:: DATA ::
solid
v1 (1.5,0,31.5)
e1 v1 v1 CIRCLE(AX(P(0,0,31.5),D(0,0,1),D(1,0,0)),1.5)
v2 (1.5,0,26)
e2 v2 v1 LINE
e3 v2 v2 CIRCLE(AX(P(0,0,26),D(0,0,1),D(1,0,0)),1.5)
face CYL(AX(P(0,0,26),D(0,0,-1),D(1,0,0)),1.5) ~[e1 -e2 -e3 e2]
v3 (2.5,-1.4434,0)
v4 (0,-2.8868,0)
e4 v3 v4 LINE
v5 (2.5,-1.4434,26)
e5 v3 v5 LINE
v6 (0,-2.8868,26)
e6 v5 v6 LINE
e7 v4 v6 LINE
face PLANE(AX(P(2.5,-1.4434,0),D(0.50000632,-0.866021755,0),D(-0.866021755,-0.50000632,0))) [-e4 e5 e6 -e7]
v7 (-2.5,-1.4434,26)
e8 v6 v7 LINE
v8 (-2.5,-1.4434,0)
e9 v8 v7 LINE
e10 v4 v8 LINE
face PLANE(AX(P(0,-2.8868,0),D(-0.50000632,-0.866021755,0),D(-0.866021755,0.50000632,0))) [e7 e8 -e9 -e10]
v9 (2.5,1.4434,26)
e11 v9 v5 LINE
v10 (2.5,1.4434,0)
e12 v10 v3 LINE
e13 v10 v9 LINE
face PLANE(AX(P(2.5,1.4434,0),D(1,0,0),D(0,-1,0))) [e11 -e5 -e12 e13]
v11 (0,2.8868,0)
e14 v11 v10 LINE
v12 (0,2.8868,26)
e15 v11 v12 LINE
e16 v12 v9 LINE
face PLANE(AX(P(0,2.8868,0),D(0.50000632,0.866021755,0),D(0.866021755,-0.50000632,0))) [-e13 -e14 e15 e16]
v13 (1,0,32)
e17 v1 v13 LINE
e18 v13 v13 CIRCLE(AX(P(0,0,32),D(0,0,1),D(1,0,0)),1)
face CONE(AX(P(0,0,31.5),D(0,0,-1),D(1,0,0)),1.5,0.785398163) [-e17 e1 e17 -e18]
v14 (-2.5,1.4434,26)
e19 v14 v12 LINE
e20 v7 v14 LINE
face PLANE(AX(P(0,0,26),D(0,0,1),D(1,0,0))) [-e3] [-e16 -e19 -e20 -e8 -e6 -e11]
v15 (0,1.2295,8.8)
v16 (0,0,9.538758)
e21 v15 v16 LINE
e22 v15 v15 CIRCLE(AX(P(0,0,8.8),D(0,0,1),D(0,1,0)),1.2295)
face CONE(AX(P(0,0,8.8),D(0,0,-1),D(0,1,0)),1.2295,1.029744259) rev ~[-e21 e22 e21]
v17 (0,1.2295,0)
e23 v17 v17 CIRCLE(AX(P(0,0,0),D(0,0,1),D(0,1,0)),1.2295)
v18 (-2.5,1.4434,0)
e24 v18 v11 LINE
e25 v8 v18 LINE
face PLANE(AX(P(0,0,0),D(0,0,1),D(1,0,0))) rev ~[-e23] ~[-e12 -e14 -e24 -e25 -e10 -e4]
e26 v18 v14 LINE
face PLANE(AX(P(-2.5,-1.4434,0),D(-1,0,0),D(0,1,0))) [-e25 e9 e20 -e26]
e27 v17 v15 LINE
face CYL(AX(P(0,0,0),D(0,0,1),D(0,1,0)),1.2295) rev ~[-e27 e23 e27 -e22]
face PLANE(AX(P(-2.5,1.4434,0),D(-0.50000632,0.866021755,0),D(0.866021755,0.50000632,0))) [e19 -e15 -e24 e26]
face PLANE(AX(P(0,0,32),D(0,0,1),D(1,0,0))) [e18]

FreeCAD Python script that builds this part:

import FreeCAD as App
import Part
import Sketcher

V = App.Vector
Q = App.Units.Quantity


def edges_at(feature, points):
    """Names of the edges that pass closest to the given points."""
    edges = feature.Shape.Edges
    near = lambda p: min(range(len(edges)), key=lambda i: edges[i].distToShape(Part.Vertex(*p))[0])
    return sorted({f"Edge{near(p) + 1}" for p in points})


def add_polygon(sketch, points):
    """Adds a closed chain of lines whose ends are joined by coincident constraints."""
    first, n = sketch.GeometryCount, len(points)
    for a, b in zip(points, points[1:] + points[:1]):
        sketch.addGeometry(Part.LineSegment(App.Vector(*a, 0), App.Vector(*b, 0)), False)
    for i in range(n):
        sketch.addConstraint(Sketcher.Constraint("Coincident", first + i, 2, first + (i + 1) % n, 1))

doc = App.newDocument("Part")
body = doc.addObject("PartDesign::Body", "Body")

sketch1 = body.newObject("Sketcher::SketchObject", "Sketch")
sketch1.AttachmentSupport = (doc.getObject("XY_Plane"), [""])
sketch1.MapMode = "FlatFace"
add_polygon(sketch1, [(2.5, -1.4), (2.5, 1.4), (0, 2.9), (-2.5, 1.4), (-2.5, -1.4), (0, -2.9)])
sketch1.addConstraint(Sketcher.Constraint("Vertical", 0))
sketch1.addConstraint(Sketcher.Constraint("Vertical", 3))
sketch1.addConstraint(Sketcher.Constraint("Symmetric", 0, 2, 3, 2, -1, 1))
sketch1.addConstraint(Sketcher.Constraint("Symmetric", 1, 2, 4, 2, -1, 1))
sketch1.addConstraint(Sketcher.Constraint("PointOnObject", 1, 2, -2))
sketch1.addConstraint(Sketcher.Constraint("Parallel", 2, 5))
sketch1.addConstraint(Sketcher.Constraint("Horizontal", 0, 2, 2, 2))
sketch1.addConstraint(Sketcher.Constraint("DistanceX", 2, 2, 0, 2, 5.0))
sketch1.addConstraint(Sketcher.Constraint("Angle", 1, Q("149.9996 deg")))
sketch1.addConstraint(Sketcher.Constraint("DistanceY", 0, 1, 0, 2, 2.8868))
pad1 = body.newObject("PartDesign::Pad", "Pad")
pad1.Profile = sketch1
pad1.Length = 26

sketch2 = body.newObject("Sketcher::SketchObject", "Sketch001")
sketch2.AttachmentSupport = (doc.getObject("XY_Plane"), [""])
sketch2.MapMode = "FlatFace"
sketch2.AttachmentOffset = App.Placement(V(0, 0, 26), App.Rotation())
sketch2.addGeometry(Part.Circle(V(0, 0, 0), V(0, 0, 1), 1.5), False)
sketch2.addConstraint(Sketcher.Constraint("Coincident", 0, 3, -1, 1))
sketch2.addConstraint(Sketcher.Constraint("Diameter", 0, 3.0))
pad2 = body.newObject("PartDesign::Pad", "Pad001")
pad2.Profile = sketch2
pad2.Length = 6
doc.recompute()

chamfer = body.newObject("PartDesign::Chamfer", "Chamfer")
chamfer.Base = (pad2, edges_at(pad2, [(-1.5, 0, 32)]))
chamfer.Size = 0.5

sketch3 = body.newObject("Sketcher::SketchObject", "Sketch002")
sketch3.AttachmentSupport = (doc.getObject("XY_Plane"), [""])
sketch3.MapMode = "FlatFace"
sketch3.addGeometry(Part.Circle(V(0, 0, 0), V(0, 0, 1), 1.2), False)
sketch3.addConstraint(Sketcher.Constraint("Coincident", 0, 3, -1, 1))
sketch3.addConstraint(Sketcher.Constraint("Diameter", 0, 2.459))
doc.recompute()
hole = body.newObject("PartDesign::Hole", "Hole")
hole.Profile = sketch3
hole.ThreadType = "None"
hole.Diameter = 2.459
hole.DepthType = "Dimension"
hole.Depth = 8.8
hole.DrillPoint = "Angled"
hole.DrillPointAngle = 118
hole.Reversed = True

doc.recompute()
...
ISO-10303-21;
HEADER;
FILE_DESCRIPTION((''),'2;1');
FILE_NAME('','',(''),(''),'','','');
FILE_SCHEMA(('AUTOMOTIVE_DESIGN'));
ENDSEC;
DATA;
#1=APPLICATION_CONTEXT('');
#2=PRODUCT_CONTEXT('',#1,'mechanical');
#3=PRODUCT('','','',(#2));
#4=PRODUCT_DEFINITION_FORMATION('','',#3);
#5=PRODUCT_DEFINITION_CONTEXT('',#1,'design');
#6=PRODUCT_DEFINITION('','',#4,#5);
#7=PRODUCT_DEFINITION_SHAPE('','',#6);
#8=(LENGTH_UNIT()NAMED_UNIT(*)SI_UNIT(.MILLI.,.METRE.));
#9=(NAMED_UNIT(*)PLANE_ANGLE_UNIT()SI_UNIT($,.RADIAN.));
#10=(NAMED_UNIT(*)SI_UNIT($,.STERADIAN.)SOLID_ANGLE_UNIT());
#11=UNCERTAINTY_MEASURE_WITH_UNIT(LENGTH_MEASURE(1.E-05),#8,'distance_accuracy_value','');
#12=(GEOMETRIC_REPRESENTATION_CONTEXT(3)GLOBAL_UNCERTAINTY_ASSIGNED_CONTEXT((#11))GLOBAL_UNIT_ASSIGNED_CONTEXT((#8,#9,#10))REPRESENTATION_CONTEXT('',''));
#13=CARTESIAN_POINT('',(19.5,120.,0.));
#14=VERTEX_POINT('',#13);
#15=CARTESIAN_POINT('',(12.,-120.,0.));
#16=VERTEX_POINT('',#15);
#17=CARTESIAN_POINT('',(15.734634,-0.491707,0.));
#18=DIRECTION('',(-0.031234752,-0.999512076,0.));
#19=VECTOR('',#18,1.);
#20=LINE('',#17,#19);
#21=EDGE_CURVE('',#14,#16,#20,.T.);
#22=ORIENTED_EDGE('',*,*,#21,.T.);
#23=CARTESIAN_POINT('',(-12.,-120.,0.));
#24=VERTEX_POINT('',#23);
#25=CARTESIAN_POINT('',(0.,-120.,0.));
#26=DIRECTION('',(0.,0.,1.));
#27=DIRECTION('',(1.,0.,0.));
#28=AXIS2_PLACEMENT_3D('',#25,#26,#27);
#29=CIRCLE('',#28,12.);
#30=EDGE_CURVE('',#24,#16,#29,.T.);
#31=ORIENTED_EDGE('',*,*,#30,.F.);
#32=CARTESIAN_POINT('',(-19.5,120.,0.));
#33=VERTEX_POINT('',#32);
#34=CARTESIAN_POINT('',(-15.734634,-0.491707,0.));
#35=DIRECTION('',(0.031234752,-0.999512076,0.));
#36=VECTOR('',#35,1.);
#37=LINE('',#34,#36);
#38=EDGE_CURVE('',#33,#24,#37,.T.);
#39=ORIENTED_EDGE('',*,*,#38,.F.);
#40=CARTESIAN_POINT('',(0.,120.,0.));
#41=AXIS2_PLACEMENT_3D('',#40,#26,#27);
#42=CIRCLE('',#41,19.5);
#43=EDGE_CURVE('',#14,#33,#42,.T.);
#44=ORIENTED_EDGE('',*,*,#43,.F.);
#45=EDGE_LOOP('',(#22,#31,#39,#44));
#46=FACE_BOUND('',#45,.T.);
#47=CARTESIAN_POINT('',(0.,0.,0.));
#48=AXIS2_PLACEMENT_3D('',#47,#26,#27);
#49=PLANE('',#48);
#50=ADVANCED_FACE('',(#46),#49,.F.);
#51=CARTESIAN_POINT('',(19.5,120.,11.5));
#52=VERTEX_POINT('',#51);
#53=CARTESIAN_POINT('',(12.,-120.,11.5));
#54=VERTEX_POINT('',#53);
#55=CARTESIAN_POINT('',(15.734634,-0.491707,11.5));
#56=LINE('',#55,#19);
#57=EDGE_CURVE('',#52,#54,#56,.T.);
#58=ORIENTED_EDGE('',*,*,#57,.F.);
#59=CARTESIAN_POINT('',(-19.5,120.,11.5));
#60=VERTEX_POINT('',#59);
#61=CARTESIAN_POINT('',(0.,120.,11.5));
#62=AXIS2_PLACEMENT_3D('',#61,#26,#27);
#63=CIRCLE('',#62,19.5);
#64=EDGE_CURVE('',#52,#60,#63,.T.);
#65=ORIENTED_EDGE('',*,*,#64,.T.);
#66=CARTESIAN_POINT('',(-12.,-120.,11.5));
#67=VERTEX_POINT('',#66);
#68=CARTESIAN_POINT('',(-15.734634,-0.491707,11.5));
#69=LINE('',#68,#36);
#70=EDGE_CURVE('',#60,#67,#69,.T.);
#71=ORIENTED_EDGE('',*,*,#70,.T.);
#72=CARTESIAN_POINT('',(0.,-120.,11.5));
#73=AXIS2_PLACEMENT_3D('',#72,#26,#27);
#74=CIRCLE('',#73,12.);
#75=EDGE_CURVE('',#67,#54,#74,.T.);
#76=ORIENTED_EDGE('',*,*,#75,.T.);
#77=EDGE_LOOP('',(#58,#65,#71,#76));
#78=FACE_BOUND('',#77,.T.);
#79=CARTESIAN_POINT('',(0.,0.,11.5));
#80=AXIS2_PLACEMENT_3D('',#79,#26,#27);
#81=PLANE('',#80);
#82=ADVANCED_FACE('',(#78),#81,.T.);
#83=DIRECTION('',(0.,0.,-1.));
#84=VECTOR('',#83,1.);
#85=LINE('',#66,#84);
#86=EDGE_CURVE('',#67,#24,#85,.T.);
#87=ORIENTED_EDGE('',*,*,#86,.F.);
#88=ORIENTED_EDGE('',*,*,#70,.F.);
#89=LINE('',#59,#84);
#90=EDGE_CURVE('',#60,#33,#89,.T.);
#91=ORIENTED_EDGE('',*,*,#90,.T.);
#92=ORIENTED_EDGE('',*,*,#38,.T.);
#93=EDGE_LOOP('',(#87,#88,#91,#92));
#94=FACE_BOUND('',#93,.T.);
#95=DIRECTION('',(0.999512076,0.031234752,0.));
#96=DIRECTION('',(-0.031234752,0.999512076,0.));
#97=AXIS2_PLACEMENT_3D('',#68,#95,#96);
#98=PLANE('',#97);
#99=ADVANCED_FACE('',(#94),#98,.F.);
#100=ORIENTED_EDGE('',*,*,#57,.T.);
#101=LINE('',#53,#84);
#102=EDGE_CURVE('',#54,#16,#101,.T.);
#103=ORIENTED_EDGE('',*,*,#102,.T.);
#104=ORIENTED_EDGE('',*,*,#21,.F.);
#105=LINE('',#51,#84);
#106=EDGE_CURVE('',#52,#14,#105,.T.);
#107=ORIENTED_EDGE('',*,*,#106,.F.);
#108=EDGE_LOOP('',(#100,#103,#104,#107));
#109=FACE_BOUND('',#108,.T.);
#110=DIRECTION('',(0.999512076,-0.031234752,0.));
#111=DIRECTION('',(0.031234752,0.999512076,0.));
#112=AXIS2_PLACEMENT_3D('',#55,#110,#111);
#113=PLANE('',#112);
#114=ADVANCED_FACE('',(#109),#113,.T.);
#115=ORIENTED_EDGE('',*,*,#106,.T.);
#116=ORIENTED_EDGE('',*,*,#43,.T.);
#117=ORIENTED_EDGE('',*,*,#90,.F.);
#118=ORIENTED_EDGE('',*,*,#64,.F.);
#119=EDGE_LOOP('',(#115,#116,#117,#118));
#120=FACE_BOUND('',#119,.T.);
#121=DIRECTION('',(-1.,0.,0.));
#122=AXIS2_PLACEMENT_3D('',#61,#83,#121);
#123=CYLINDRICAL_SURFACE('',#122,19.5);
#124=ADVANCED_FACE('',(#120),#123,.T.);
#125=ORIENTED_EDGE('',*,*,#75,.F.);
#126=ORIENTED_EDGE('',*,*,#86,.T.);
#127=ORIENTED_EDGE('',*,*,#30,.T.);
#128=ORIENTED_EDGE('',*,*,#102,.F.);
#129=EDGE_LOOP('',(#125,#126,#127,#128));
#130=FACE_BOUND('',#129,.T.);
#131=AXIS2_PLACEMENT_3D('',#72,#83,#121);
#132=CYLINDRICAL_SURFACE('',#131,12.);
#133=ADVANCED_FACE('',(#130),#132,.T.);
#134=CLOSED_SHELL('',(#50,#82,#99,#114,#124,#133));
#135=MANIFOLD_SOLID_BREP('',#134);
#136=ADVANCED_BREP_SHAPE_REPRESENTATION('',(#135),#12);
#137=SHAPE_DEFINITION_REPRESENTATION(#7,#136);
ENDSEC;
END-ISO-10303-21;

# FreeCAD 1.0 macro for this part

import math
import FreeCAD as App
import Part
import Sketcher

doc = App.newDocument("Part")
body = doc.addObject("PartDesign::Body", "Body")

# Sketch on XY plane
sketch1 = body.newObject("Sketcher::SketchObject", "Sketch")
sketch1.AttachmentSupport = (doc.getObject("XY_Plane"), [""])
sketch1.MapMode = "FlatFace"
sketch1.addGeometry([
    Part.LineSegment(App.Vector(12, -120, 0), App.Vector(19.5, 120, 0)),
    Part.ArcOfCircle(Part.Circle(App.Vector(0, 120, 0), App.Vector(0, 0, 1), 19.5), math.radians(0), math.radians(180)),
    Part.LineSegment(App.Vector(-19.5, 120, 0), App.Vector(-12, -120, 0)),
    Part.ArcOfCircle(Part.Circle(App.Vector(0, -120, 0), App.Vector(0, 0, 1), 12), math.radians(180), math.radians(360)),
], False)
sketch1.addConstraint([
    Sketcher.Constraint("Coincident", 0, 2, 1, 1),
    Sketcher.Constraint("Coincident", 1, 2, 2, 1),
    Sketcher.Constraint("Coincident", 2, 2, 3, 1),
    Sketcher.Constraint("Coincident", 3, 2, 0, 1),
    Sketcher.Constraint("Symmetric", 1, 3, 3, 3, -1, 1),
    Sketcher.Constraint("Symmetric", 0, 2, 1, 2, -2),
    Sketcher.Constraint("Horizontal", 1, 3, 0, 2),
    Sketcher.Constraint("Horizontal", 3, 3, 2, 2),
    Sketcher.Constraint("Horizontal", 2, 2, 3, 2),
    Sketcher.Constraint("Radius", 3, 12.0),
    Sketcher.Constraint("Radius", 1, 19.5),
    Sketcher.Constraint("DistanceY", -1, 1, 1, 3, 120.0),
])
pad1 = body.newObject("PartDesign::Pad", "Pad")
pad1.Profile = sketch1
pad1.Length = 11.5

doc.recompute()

:: EXERCISE REQUIREMENTS ::
Give again, word for word, every line of the listing above from the one with "e8 v6 v7 LINE" to the one with "e14 v11 v10 LINE", both inclusive, and nothing beyond them.

:: WRITTEN RESPONSE ::
e8 v6 v7 LINE
v8 (-2.5,-1.4434,0)
e9 v8 v7 LINE
e10 v4 v8 LINE
face PLANE(AX(P(0,-2.8868,0),D(-0.50000632,-0.866021755,0),D(-0.866021755,0.50000632,0))) [e7 e8 -e9 -e10]
v9 (2.5,1.4434,26)
e11 v9 v5 LINE
v10 (2.5,1.4434,0)
e12 v10 v3 LINE
e13 v10 v9 LINE
face PLANE(AX(P(2.5,1.4434,0),D(1,0,0),D(0,-1,0))) [e11 -e5 -e12 e13]
v11 (0,2.8868,0)
e14 v11 v10 LINE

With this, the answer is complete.